**Instructions for the task**
Scan the data below and pick out the lines containing the word "Rectangle".

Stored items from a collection
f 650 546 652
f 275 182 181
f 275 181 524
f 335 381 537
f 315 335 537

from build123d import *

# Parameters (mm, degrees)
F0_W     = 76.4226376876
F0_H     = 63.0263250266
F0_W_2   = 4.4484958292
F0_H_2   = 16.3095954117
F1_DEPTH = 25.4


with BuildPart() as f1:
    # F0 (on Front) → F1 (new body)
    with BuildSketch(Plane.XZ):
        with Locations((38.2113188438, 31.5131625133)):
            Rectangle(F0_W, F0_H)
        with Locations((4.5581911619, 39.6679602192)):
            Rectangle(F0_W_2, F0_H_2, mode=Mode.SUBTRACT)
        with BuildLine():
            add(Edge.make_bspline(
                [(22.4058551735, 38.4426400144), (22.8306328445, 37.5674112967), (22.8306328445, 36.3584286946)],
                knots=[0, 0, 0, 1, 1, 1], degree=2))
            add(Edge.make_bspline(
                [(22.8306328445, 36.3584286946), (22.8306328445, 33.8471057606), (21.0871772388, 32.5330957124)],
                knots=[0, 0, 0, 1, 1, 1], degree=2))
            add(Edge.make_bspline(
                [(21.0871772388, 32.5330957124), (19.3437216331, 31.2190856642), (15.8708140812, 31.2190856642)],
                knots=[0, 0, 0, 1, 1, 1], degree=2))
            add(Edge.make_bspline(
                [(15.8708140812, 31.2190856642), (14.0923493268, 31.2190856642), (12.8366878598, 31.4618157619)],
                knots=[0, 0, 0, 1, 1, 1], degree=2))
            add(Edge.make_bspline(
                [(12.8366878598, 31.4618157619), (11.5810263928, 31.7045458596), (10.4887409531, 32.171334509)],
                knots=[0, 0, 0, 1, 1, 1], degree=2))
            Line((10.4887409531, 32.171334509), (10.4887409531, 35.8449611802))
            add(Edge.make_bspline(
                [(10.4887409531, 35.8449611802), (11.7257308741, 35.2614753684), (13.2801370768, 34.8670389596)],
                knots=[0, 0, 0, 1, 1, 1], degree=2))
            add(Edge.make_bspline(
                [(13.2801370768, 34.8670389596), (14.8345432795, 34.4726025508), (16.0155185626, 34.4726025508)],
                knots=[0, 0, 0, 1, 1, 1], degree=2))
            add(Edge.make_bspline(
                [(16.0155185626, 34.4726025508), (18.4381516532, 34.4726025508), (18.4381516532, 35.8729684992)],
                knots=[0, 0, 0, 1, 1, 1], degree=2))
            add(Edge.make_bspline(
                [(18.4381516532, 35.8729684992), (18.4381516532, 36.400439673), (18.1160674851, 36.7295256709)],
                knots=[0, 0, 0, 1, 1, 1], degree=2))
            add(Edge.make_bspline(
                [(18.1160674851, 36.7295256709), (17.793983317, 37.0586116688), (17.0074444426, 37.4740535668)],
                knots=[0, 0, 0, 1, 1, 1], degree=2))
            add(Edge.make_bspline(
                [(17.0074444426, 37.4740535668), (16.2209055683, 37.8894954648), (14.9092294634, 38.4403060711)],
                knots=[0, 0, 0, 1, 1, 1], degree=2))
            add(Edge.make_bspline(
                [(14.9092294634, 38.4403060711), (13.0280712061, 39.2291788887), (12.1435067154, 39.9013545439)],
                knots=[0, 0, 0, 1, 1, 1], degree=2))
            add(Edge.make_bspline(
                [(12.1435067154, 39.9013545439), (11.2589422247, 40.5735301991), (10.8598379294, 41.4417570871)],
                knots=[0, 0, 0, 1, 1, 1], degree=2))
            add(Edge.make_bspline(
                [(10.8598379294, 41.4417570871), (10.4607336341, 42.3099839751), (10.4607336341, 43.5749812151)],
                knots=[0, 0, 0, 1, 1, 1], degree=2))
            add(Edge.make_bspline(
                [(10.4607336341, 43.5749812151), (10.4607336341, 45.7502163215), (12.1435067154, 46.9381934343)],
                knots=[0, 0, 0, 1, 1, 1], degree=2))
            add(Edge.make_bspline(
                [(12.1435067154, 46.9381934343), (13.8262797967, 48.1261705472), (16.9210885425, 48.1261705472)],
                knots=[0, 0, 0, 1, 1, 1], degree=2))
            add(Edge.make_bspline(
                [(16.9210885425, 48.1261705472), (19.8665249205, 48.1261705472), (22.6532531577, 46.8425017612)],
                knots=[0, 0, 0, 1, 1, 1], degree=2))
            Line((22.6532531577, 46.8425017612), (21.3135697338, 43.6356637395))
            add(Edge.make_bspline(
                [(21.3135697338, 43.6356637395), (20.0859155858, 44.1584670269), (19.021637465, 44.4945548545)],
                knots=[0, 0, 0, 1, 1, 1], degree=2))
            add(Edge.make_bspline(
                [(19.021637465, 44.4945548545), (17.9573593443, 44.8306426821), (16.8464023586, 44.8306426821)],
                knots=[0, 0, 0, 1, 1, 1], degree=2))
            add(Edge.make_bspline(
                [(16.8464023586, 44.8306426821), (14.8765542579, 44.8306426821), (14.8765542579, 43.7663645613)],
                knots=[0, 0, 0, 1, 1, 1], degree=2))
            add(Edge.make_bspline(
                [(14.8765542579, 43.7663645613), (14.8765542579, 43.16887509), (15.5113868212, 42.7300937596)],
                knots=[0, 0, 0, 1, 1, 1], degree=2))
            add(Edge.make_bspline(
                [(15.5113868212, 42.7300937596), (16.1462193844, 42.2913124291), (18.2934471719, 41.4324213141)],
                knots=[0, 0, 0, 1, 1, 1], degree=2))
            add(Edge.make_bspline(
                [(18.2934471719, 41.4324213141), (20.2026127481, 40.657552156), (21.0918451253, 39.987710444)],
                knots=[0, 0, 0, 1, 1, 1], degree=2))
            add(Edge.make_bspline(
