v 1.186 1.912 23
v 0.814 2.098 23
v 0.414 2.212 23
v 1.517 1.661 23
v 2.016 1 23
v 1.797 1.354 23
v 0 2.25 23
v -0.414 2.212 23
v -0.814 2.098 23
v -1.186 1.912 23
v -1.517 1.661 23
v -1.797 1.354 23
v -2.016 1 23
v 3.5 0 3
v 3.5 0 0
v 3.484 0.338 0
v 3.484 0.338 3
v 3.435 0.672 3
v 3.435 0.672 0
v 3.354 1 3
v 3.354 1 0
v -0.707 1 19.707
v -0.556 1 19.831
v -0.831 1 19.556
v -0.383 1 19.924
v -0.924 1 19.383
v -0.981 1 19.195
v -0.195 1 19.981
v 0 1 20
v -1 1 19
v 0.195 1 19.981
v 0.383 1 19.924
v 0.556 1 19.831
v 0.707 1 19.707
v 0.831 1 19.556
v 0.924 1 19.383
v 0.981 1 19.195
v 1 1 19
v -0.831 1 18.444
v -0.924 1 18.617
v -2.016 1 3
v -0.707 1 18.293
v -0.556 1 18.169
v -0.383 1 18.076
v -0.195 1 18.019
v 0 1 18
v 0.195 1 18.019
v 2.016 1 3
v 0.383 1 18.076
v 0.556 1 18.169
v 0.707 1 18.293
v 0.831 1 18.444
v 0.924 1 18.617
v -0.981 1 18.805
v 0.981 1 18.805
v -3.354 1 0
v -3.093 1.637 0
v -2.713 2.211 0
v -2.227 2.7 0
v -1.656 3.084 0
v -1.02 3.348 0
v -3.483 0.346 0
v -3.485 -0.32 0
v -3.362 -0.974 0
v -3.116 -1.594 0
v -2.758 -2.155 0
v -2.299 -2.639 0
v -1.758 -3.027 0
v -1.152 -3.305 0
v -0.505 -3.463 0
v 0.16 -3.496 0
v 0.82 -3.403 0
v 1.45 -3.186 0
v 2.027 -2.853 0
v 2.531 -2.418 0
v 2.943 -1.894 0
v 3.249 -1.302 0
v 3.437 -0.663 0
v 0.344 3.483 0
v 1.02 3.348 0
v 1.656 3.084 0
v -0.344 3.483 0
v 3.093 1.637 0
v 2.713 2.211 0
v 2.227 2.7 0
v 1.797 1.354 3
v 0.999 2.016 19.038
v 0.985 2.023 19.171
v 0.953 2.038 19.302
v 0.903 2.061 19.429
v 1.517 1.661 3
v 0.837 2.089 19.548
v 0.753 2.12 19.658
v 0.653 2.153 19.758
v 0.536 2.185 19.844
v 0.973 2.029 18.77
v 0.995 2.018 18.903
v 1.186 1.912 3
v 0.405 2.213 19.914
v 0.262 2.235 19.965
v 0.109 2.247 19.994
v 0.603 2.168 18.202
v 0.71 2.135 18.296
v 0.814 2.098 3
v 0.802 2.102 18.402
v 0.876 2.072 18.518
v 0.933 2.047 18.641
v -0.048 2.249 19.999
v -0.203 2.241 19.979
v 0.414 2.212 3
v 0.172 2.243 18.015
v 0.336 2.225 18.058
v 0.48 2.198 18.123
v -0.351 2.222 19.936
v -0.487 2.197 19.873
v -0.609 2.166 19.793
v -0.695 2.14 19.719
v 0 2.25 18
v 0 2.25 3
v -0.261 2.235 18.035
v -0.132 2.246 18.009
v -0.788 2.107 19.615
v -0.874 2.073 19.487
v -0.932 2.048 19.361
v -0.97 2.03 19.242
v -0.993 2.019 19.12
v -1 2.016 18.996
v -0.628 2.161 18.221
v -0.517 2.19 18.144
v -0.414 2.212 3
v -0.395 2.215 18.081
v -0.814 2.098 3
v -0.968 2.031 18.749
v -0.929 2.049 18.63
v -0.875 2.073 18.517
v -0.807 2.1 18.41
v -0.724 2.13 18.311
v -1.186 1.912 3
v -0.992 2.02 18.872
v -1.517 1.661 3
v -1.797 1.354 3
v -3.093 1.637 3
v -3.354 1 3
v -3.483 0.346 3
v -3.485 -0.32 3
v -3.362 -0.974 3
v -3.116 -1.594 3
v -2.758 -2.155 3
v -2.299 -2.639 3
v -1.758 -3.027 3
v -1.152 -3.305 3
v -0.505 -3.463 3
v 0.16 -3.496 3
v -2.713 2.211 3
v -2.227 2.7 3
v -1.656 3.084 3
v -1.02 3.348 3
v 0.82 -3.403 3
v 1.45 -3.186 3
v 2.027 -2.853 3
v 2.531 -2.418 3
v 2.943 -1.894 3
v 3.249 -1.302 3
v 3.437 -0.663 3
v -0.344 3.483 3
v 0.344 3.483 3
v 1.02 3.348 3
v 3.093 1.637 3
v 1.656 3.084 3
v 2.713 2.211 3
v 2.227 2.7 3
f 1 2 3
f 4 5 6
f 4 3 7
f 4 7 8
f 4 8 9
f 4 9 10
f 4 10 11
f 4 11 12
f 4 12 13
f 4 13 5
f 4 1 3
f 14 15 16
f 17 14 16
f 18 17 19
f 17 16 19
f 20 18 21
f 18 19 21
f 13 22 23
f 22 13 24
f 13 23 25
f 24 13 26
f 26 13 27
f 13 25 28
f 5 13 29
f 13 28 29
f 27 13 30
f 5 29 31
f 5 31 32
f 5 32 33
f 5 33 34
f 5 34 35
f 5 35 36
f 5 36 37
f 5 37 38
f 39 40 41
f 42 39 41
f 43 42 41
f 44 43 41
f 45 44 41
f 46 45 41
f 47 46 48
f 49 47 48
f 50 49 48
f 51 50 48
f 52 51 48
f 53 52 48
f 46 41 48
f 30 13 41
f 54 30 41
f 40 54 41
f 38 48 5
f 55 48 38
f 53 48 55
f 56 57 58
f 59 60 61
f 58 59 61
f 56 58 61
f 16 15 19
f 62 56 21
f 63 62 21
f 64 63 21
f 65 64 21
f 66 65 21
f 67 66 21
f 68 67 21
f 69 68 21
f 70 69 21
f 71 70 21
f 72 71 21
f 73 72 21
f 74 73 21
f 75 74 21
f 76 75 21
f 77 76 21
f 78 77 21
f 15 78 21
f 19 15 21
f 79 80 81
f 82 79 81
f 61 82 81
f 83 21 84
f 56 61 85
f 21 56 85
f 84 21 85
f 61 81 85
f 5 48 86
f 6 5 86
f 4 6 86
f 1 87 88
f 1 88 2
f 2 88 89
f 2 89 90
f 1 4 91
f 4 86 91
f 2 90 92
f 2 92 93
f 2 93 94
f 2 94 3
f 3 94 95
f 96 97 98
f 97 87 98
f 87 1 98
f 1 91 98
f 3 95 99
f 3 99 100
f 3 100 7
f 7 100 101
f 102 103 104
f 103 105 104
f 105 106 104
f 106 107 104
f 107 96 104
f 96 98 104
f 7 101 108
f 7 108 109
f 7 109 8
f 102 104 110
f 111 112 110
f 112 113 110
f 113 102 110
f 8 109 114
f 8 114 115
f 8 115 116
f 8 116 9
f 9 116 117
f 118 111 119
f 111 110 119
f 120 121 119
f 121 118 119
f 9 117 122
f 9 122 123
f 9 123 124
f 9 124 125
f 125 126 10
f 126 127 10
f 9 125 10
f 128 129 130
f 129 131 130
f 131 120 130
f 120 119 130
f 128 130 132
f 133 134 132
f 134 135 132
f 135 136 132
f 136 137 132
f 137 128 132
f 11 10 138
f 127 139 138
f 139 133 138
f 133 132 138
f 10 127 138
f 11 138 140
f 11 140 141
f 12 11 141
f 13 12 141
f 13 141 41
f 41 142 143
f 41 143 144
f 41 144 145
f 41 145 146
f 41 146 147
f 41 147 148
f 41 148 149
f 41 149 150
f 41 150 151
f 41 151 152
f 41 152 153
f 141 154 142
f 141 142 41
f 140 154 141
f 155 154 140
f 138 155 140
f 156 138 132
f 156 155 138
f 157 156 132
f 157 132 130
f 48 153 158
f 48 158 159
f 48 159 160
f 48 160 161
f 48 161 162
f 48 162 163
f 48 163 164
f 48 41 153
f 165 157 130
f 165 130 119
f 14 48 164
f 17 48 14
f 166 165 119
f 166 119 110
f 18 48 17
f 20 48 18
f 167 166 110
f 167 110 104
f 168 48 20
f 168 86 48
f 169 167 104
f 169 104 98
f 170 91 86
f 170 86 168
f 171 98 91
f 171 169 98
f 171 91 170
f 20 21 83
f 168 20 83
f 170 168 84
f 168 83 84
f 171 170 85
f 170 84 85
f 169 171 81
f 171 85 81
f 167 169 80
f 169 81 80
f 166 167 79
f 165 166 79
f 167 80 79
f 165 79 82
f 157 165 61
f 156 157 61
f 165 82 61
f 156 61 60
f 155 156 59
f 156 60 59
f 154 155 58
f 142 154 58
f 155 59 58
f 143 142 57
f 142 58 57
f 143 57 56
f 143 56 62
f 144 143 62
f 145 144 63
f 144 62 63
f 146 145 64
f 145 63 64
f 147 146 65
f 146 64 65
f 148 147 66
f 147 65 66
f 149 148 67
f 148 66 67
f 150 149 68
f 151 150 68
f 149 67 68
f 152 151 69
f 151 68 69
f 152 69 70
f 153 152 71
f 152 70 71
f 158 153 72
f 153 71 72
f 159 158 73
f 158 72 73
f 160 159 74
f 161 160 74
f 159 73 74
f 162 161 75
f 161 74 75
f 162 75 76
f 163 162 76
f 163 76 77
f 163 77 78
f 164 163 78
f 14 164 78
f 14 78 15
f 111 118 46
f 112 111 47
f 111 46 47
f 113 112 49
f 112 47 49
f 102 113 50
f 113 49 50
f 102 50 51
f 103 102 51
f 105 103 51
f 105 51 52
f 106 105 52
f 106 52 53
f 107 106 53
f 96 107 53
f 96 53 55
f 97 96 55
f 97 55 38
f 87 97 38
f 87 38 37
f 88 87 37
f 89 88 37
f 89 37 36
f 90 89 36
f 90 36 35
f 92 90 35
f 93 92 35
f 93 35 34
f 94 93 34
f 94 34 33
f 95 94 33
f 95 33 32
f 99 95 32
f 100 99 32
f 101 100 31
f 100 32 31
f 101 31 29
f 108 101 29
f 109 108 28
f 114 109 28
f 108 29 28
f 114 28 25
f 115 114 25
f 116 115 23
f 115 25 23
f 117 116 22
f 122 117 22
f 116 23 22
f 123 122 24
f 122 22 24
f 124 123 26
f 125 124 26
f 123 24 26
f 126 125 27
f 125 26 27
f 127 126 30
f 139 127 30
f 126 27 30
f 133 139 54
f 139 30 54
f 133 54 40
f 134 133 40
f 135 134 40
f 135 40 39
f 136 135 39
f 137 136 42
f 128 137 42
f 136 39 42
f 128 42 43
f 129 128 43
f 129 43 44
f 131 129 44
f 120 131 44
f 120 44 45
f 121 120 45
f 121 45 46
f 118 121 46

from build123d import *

# Parameters (mm, degrees)
BOSS_EXTRUDE1_DEPTH = 3
BOSS_EXTRUDE2_DEPTH = 20
SKETCH3_R           = 1
CUT_EXTRUDE1_DEPTH  = 10


with BuildPart() as part:
    # Sketch1 → Boss-Extrude1 (new body)
    with BuildSketch(Plane.XY):
        with BuildLine():
            ThreePointArc((3.354101966, 1), (0, 3.5), (-3.354101966, 1))
            Line((-3.354101966, 1), (3.354101966, 1))
        make_face()
        with BuildLine():
            Line((3.354101966, 1), (-3.354101966, 1))
            ThreePointArc((-3.354101966, 1), (-0.505293538, -3.463333429), (3.5, 0))
            ThreePointArc((3.5, 0), (3.463333429, 0.505293538), (3.354101966, 1))
        make_face()
    extrude(amount=BOSS_EXTRUDE1_DEPTH)

    # Sketch2 → Boss-Extrude2 (add)
    with BuildSketch(Plane.XY.offset(3)):
        with BuildLine():
            ThreePointArc((2.015564437, 1), (0, 2.25), (-2.015564437, 1))
            Line((-2.015564437, 1), (2.015564437, 1))
        make_face()
    extrude(amount=BOSS_EXTRUDE2_DEPTH)

    # Sketch3 → Cut-Extrude1 (cut)
    with BuildSketch(Plane(origin=(0, 1, 0), x_dir=(-1, 0, 0), z_dir=(0, -1, 0))):
        with Locations(Location((0, -19, 0), (0, 0, 90))):
            Circle(SKETCH3_R)
    extrude(amount=-CUT_EXTRUDE1_DEPTH, mode=Mode.SUBTRACT)


solid = part.part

**Answer to this exercise**
            Rectangle(F0_W, F0_H)
            Rectangle(F0_W_2, F0_H_2, mode=Mode.SUBTRACT)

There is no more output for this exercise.